Technology start-ups are doing everything from speeding up the Web to making office photocopiers more iPod-like, and as the article notes some will go public:

Venture capitalists make most of their money on initial public offerings of the tech companies they invested in.

But in each of the last two years, fewer than 10 companies have gone public, compared with 86 in 2007.

The new year could finally break the logjam, bringing more than 50 tech offerings, investment bankers say. That could include prominent companies like Facebook.

That is welcome news after a dark year, Mr. Dhaliwal said. “The mood is pretty optimistic, in that way that if you’re nearly killed in a car accident you’ve got a renewed positive outlook on life.”

Good news if you’re an investment banker, but what if you’re an investor?

Passive investors in equities won’t worry about what’s flavor of the month – they’ll just keep dripping money into the market. Index tracking will win [2] against most ‘clever’ strategies.

However if you’re a UK reader, you might not have much exposure to technology stocks via the UK indices.

The UK has a couple of excellent companies like Autonomy, ARM and boring old Sage, but then there’s a long way down to the likes of Blinkx [3].

In comparison, most US trackers will have more money in technology stocks, including big names like Apple and Cisco.

Does it matter? Maybe not. Anyone who rode the tech bubble in the late 1990s only to see it burst might think they’re best out of it. Also, plenty of companies will benefit from technology, even if they don’t create technology. So your portfolio is still exposed to any advances.

Personally, I think technology is too important to ignore, and in early 2009 I judged it cheap, too.

Most of the big technology companies had stacks of cash, and were trading at multi-year lows. Everyone still remembers the dotcom crash, but today’s companies are the hugely profitable survivors.

I also think we may be on the cusp of a new technology cycle (my day-to-day business is linked to the tech sector, for what it’s worth). I’d rather be wrong about this when shares are still cheap!

As a result, I decided to allocate a little extra money in March last year.

How to invest in technology

If you also want to invest more in technology, there are several different ways.

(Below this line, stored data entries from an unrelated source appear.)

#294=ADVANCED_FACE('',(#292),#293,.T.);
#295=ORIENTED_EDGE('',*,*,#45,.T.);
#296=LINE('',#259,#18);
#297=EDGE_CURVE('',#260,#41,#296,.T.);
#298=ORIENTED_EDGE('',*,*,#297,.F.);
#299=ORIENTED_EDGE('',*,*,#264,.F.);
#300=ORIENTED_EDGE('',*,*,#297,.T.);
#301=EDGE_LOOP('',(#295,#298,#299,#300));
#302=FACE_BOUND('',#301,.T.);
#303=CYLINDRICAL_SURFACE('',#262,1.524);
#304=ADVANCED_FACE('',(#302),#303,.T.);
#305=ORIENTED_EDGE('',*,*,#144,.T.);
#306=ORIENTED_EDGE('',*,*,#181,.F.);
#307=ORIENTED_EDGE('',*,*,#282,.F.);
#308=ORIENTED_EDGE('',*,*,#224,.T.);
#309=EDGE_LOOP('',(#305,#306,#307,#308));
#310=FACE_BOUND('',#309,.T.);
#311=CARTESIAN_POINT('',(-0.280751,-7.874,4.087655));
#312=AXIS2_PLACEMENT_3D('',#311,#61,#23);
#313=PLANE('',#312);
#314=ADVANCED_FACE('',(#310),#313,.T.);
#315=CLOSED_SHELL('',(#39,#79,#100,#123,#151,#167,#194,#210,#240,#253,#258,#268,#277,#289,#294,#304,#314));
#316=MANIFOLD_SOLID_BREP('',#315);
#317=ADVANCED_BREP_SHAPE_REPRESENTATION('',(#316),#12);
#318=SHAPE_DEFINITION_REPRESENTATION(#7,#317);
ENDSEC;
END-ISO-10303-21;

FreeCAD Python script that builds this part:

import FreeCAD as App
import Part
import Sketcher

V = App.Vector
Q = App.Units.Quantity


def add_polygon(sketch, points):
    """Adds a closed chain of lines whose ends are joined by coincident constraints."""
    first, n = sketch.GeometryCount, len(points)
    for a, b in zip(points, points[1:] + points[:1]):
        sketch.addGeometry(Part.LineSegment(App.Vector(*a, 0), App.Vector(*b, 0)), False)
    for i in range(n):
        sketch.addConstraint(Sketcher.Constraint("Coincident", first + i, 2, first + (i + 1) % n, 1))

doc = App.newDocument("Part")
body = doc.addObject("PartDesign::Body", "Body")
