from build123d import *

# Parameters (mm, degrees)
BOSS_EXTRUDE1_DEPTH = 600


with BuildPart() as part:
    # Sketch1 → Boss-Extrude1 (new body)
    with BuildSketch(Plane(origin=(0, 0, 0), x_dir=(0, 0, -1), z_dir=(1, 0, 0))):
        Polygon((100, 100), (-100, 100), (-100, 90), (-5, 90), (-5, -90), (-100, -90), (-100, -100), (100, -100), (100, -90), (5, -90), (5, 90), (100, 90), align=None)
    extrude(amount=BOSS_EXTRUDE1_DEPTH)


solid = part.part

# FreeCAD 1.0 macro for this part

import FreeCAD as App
import Part
import Sketcher
from FreeCAD import Vector
Q = App.Units.Quantity

doc = App.newDocument("Part")
body = doc.addObject("PartDesign::Body", "Body")

sketch1 = body.newObject("Sketcher::SketchObject", "Sketch")
sketch1.AttachmentSupport = (doc.getObject("YZ_Plane"), [""])
sketch1.MapMode = "FlatFace"
sketch1.addGeometry([
    Part.LineSegment(Vector(100, -100, 0), Vector(100, 100, 0)),
    Part.LineSegment(Vector(100, 100, 0), Vector(90, 100, 0)),
    Part.LineSegment(Vector(90, 100, 0), Vector(90, 5, 0)),
    Part.LineSegment(Vector(90, 5, 0), Vector(-90, 5, 0)),
    Part.LineSegment(Vector(-90, 5, 0), Vector(-90, 100, 0)),
    Part.LineSegment(Vector(-90, 100, 0), Vector(-100, 100, 0)),
    Part.LineSegment(Vector(-100, 100, 0), Vector(-100, -100, 0)),
    Part.LineSegment(Vector(-100, -100, 0), Vector(-90, -100, 0)),
    Part.LineSegment(Vector(-90, -100, 0), Vector(-90, -5, 0)),
    Part.LineSegment(Vector(-90, -5, 0), Vector(90, -5, 0)),
    Part.LineSegment(Vector(90, -5, 0), Vector(90, -100, 0)),
    Part.LineSegment(Vector(90, -100, 0), Vector(100, -100, 0)),
], False)
sketch1.addConstraint([
    Sketcher.Constraint("Coincident", 0, 2, 1, 1),
    Sketcher.Constraint("Coincident", 1, 2, 2, 1),
    Sketcher.Constraint("Coincident", 2, 2, 3, 1),
    Sketcher.Constraint("Coincident", 3, 2, 4, 1),
    Sketcher.Constraint("Coincident", 4, 2, 5, 1),
    Sketcher.Constraint("Coincident", 5, 2, 6, 1),
    Sketcher.Constraint("Coincident", 6, 2, 7, 1),
    Sketcher.Constraint("Coincident", 7, 2, 8, 1),
    Sketcher.Constraint("Coincident", 8, 2, 9, 1),
    Sketcher.Constraint("Coincident", 9, 2, 10, 1),
    Sketcher.Constraint("Coincident", 10, 2, 11, 1),
    Sketcher.Constraint("Coincident", 11, 2, 0, 1),
    Sketcher.Constraint("Vertical", 0),
    Sketcher.Constraint("Horizontal", 1),
    Sketcher.Constraint("Vertical", 2),
    Sketcher.Constraint("Horizontal", 3),
    Sketcher.Constraint("Vertical", 4),
    Sketcher.Constraint("Horizontal", 5),
    Sketcher.Constraint("Vertical", 6),
    Sketcher.Constraint("Horizontal", 7),
    Sketcher.Constraint("Vertical", 8),
    Sketcher.Constraint("Horizontal", 9),
    Sketcher.Constraint("Vertical", 10),
    Sketcher.Constraint("Horizontal", 11),
    Sketcher.Constraint("Symmetric", 0, 2, 6, 2, -1, 1),
    Sketcher.Constraint("Symmetric", 2, 2, 8, 2, -1, 1),
    Sketcher.Constraint("Symmetric", 4, 2, 10, 2, -1, 1),
    Sketcher.Constraint("Symmetric", 1, 2, 4, 2, -2),
    Sketcher.Constraint("DistanceX", 1, 2, 1, 1, Q("10 mm")),
    Sketcher.Constraint("DistanceX", 3, 2, 3, 1, Q("180 mm")),
    Sketcher.Constraint("DistanceY", 0, 1, 0, 2, Q("200 mm")),
    Sketcher.Constraint("DistanceY", 2, 2, 2, 1, Q("95 mm")),
])
pad1 = body.newObject("PartDesign::Pad", "Pad")
pad1.Profile = sketch1
pad1.Length = 600

doc.recompute()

Buy technology company shares

You could invest more money in the big UK names like Autonomy or ARM, or you could buy US stocks like Apple and Google. Obviously investing in individual stocks is the riskiest strategy.

Invest via a fund or investment trust

I wouldn’t bother looking at funds, which are often expensive and can be restrictive. I prefer investment trusts [4], and got my extra exposure via the Polar Capital Technology trust. Beware: It’s up about 80% since then!

Technology ETFs and index trackers

There are no technology ETFs issued by iShares, my preferred UK ETF provider (yet it finds room for water, timber and Shari-ah ETFs!) Legal & General provides an index tracking fund following a basket of 100 technology shares, though with charges of 1% a year, it’s expensive for a passive vehicle.

Track the Nasdaq

This is probably the easiest way for a private investor to ‘bolt-on’ extra technology exposure if you’re comfortable buying a US-based ETF. (If you know of a UK-listed Nasdaq tracking ETF, please let us know below).

Note: Technology investments are very exposed to the dollar, which will add currency risk [5] to your portfolio. (That is, your technology investment may go up or down depending on the value of the dollar).

How much extra should you invest in technology? That’s the $37 billion question!

Personally, I put just 2% of so of my equity allocation into the Polar Capital Trust, which I intend to hold until the next ridiculous bubble for the long-term.